Ongoing works

The Chesapeake Bay, the largest estuary in the United States, faces significant water quality challenges due to non-point source pollution from urban and agricultural areas. Nutrient runoff, sediment, and other pollutants have degraded the bay’s ecosystem, prompting the U.S. Environmental Protection Agency (EPA) to establish the most extensive Total Maximum Daily Load (TMDL) in its history, targeting reductions in nitrogen, phosphorus, and sediment. As population growth and climate change intensify these pressures, innovative solutions are needed to manage competing land-use priorities sustainably.

This study leverages the Soil and Water Assessment Tool (SWAT) to simulate the impacts of land use and climate change scenarios on water quality in the Susquehanna River Basin, the largest tributary to the Chesapeake Bay watershed. Three scenarios—projected land use, projected climate, and their combined impacts—are modeled to evaluate the effectiveness of Best Management Practices (BMPs) in reducing runoff, sediment, nitrogen, and phosphorus loads. Agricultural BMPs include cover crops and buffer strips, while the urban BMPs include Low Impact Development (LID) strategies such as rain gardens and bioretention cells at a watershed scale.

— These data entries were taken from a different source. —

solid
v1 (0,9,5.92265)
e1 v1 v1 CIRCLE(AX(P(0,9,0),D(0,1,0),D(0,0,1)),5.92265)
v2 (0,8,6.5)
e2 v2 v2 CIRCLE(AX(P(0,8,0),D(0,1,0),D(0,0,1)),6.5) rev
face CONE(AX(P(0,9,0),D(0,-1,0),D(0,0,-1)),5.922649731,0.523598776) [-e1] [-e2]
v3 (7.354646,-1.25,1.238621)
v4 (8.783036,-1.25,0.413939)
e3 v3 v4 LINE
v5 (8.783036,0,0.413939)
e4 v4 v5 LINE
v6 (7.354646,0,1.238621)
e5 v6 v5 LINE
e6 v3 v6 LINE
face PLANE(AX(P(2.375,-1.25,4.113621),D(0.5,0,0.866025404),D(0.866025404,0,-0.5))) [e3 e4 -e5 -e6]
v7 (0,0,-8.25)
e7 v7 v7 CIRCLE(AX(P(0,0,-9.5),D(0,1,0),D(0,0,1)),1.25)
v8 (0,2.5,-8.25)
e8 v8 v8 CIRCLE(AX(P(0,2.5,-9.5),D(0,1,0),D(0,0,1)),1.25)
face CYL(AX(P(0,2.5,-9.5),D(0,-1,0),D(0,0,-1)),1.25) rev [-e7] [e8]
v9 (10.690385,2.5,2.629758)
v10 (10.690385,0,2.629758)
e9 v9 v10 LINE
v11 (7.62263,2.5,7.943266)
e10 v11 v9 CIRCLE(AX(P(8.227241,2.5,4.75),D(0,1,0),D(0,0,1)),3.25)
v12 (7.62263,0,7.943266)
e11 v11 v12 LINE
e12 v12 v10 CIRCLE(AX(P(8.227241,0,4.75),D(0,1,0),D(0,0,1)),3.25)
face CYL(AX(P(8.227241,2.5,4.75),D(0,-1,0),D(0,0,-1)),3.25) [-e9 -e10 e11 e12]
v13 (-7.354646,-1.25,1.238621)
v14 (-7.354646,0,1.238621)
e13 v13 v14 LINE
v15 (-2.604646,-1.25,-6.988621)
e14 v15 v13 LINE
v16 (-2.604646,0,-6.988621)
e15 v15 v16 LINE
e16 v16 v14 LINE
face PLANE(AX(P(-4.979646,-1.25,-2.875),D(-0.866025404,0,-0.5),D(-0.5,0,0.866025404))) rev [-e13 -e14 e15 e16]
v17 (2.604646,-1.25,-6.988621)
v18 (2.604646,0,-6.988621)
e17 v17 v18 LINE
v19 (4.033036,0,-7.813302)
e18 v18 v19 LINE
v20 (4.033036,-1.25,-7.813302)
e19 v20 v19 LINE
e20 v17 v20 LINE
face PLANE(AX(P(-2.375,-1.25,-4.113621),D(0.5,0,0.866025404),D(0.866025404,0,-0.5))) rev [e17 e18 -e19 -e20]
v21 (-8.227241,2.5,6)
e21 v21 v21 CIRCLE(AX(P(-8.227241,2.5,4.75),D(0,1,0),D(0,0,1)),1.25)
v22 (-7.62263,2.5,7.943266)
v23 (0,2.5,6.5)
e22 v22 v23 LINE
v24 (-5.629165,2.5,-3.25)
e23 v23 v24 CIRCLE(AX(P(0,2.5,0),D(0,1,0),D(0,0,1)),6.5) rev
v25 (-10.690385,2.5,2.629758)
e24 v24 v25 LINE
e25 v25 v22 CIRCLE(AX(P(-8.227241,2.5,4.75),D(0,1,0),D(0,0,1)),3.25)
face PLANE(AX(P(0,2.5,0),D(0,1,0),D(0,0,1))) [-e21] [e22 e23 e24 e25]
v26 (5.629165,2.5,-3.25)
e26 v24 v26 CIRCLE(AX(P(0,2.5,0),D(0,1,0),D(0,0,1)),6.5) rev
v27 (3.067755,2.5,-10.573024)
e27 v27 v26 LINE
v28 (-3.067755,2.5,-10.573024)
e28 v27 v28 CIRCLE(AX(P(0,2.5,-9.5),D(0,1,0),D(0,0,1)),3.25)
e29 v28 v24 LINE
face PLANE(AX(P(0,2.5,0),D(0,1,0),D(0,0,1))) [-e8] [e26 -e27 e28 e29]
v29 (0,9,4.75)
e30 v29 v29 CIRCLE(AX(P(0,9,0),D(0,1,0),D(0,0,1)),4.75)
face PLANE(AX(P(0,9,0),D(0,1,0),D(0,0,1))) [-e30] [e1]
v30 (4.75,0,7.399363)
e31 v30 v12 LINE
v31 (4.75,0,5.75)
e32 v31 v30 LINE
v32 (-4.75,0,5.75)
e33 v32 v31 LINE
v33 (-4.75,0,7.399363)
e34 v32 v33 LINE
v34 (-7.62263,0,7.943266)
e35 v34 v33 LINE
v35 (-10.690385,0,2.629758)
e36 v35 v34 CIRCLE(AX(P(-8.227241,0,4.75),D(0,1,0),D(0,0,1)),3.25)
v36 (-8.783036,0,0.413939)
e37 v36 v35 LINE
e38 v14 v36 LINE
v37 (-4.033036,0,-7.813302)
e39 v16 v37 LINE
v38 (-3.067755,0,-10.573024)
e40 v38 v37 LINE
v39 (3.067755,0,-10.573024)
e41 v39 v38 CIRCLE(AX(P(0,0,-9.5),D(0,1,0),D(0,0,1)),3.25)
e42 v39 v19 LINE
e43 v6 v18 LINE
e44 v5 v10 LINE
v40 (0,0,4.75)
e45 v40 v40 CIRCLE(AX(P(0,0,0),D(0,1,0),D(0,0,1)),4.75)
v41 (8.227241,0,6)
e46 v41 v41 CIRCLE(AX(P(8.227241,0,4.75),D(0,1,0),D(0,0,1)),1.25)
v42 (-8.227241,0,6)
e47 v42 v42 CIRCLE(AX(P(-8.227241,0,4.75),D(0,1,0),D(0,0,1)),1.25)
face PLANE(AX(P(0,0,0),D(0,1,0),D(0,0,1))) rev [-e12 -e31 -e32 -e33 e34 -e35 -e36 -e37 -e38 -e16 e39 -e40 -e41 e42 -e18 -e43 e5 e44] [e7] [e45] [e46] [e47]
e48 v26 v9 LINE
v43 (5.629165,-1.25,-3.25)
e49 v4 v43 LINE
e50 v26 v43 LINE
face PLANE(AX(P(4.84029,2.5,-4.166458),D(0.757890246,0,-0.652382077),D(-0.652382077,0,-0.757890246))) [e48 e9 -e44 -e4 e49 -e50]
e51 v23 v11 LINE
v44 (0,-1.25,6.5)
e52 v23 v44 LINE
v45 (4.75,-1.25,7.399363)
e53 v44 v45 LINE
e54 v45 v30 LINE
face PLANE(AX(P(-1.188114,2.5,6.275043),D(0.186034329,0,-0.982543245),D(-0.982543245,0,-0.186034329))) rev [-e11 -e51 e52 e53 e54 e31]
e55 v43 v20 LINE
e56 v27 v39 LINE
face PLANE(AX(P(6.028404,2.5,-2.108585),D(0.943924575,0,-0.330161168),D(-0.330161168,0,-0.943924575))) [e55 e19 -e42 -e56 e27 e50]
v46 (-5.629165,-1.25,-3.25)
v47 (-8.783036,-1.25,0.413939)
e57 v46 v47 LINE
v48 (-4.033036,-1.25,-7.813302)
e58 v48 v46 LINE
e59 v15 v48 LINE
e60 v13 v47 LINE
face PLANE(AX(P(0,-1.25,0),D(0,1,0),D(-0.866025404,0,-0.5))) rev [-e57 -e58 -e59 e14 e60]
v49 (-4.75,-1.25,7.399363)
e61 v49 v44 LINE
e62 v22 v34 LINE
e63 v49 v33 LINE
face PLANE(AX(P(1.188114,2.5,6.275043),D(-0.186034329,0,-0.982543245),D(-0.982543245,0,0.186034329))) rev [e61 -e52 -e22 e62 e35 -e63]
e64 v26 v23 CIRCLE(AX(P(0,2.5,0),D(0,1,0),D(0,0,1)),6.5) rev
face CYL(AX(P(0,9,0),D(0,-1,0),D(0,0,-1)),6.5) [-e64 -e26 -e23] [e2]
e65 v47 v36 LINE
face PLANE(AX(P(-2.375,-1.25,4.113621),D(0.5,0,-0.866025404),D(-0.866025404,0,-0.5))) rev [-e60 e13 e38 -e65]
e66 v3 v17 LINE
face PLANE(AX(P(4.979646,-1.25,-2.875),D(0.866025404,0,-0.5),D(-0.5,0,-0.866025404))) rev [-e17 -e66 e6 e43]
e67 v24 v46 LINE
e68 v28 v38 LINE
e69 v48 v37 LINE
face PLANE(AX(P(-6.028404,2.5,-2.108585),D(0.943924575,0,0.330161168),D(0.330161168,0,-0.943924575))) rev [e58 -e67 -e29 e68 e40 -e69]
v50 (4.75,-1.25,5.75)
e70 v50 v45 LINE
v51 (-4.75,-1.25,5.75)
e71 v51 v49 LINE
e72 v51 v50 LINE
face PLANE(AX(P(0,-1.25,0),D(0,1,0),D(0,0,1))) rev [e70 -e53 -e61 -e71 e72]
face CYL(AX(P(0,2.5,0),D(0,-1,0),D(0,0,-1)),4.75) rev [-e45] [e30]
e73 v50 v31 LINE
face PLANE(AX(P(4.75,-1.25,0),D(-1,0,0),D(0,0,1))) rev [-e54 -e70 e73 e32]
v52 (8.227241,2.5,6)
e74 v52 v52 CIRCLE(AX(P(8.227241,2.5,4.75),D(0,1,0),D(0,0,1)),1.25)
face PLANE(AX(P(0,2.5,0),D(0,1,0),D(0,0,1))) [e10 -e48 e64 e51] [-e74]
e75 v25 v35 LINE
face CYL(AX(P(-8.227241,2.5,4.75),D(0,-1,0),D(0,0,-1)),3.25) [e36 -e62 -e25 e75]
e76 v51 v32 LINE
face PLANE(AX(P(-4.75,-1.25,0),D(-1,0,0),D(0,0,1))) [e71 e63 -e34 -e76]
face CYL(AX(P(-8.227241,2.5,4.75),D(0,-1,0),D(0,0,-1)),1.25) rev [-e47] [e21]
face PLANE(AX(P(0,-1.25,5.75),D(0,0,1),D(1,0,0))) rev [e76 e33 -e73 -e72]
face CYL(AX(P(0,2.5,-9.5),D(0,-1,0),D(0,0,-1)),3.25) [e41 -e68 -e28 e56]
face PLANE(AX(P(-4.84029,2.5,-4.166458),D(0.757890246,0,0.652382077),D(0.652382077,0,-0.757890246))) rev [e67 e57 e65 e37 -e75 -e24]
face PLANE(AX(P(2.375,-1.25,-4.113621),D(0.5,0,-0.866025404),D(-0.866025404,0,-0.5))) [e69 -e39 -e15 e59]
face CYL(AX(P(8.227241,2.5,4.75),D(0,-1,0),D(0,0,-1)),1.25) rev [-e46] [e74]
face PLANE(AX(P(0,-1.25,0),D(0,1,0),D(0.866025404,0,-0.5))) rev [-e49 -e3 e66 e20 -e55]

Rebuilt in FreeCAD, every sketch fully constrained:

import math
import FreeCAD as App
import Part
import Sketcher


def edges_at(feature, points):
    """Names of the edges that pass closest to the given points."""
    edges = feature.Shape.Edges
    near = lambda p: min(range(len(edges)), key=lambda i: edges[i].distToShape(Part.Vertex(*p))[0])
    return sorted({f"Edge{near(p) + 1}" for p in points})

doc = App.newDocument("Part")
body = doc.addObject("PartDesign::Body", "Body")

sketch1 = body.newObject("Sketcher::SketchObject", "Sketch")
sketch1.AttachmentSupport = (doc.getObject("XZ_Plane"), [""])
sketch1.MapMode = "FlatFace"
sketch1.addGeometry(Part.ArcOfCircle(Part.Circle(App.Vector(8.2, 4.7, 0), App.Vector(0, 0, 1), 3.3), math.radians(-41), math.radians(101)), False)
sketch1.addGeometry(Part.LineSegment(App.Vector(10.7, 2.6, 0), App.Vector(5.6, -3.2, 0)), False)
sketch1.addGeometry(Part.LineSegment(App.Vector(5.6, -3.2, 0), App.Vector(3.1, -10.6, 0)), False)
sketch1.addGeometry(Part.ArcOfCircle(Part.Circle(App.Vector(0, -9.5, 0), App.Vector(0, 0, 1), 3.2), math.radians(-161), math.radians(-19)), False)
sketch1.addGeometry(Part.LineSegment(App.Vector(-3.1, -10.6, 0), App.Vector(-5.6, -3.2, 0)), False)
sketch1.addGeometry(Part.LineSegment(App.Vector(-5.6, -3.2, 0), App.Vector(-10.7, 2.6, 0)), False)
sketch1.addGeometry(Part.ArcOfCircle(Part.Circle(App.Vector(-8.2, 4.7, 0), App.Vector(0, 0, 1), 3.3), math.radians(79), math.radians(221)), False)
sketch1.addGeometry(Part.LineSegment(App.Vector(-7.6, 7.9, 0), App.Vector(0, 6.5, 0)), False)
sketch1.addGeometry(Part.LineSegment(App.Vector(0, 6.5, 0), App.Vector(7.6, 7.9, 0)), False)
sketch1.addGeometry(Part.Circle(App.Vector(-8.2, 4.8, 0), App.Vector(0, 0, 1), 1.2), False)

Preliminary findings suggest that urban expansion will significantly increase phosphorus and sediment loads, while agricultural lands will continue to dominate nitrogen contributions. Climate change, with more frequent and intense storm events, poses additional challenges by reducing BMP effectiveness, particularly in urban areas. Despite these limitations, urban LID strategies show promise in mitigating pollution in highly developed areas, while agricultural BMPs remain critical for addressing watershed-scale nutrient loads.

This research provides actionable insights into BMP performance under future scenarios, highlighting the importance of integrating agricultural and urban management practices to achieve sustainable water quality improvements. Additionally, the study’s focus on the SRB serves as a model for understanding and managing water quality in integrated landscapes that balance the needs of agriculture, urban development, and ecosystem health.